K series overclocking benefits from adjustments to Digi+ VRM options
Advanced Digi+ VRM options recommendations
VCCSA
This has shown in internal testing not to improve overclocking, yet may still maintain the same level of stability while being lowered from its default value in order to keep the CPU cooler.
VCCIO
The adjustment of this voltage may help to slightly improve the overclocking capability of the IMC / DRAM, even though the default voltage is enough to run at a 2133MHz DRAM frequency. A 1.20v setting is more than adequate to maximize Memory overclocks in most cases.
CPU PLL
This setting did not improve overclocking, yet the user can maintain the same level of stability while lowering its default value in order to keep the CPU cooler.
PCH Voltage
This setting did not improve overclocking, yet the user can maintain the same level of stability while lowering its default value in order to keep the CPU/PCH cooler.
PCH PLL
This setting did not improve overclocking, yet the user can maintain the same level of stability while lowering its default value in order to keep the CPU/PCH cooler.
K series overclocking and how BCLK is affected and how to best optimize BCLK scaling
Quick Note for BCLK tuning 
BCLK clocking is considerably reduced with this new CPU architecture and as such it is recommended to focus on Turbo Multiplier adjustments for overclocking. With that noted should you choose to make adjustments to the BCLK, ASUS has enabled extensive control to maximizing scaling.
Internal testing shows BCLK ranges from 102 to 109.1 with the largest level of scaling dependency placed on the quality of the CPU. CPU Frequency and speed is also directly tied to BCLK scaling.
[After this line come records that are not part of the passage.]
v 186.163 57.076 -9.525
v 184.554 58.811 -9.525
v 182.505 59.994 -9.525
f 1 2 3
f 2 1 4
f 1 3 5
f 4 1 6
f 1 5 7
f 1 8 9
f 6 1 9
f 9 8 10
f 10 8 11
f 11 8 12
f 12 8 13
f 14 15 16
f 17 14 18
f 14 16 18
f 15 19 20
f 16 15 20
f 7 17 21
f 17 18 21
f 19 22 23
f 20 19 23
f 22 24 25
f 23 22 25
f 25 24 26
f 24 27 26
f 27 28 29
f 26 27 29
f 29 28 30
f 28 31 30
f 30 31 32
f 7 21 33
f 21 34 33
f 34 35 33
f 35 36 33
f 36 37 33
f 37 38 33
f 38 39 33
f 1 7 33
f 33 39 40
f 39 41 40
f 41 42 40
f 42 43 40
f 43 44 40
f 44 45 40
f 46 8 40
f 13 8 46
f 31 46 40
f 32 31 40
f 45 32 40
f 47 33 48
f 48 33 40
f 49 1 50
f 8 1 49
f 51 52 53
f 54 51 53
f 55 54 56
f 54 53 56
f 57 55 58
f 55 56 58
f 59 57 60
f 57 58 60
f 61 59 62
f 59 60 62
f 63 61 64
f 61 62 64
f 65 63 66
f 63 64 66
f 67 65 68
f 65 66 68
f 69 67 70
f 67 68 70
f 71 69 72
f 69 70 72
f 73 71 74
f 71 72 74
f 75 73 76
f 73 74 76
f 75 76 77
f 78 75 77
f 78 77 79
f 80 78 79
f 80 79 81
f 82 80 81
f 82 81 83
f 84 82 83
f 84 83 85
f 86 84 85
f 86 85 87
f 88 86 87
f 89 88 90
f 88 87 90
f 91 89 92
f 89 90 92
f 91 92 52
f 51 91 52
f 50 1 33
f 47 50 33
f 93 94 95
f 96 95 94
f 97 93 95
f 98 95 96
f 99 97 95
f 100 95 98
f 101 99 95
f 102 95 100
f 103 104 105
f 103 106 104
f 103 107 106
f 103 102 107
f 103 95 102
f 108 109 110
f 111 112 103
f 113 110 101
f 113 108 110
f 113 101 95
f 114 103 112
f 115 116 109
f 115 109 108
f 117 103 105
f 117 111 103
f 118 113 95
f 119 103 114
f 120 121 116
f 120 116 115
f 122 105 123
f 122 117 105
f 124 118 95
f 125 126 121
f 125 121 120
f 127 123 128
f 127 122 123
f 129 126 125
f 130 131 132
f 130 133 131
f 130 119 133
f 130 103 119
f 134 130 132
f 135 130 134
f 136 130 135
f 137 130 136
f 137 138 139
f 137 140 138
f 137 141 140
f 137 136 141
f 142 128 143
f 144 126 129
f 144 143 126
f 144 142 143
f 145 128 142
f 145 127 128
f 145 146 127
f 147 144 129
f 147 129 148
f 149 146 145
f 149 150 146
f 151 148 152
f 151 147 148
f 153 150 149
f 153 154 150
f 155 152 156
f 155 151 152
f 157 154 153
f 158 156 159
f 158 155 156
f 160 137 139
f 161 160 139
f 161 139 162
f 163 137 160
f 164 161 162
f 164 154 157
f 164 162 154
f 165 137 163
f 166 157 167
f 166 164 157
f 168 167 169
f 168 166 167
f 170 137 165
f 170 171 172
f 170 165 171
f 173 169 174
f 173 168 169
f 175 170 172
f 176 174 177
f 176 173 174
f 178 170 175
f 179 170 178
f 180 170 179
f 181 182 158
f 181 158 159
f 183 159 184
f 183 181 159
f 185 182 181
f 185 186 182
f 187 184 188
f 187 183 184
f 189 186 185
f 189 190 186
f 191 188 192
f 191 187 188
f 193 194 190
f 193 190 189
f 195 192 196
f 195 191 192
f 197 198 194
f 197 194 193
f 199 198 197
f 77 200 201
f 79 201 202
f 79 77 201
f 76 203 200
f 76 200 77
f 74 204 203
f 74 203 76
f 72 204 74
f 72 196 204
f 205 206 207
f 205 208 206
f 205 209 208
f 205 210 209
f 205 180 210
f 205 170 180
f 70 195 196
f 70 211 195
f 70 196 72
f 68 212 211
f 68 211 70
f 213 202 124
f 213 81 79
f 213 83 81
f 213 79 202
Internally we know that BCLK tuning largely depends on the CPU with approximately but we have noticed up to a 20% dependency on scaling potential based on the board design and PWM utilized.

At 4.9GHz, generally the maximum clock speed will not change with a different combination of multi and bclk in this particular example.
Example-
100x49 = 4.9GHz
103x48 = 4.9xxGHz
Generally the CPU will not do much more than what your maximum CPU multiplier range is in most cases. Keeping this in mind, we offer very fine adjustments down to 0.1x increments to allow for the maximum BCLK tuning.


----------



## Recon-UK (Jan 16, 2017)

A bit lower than Sandy on average but a good chip will do well.


----------



## trt740 (Jan 16, 2017)

Recon-UK said:


> A bit lower than Sandy on average but a good chip will do well.



That is what I thought. It still seems to be very quick. I was hoping for a bit a higher (45 to 4.7), but It might be my motherboard. It is a decent overclocking, but I would not call it a top P67 board. It is more of a mid level board built to last.  Im still toying with a another attempt at a 170 or 270 board and a newer chip but for now it seems more than enough. (for no reason other than wanting something a bit newer).  It is benching sightly above a 4790 at 4.0ghz. If you see anything that needs added to the setting other than lowering the PLL because I did that let me know. It did help a bit at 1.5v from 1.8v let me know.


----------



## DOM (Jan 16, 2017)

Does the mb have oc settings in the mb bios?

I've been out of ocing and forgotten all the damn setting you need to make just started messing with mine but out of state so I can't help much right now...


----------



## trt740 (Jan 16, 2017)

DOM said:


> Does the mb have oc settings in the mb bios?
> 
> I've been out of ocing and forgotten all the damn setting you need to make just started messing with mine but out of state so I can't help much right now...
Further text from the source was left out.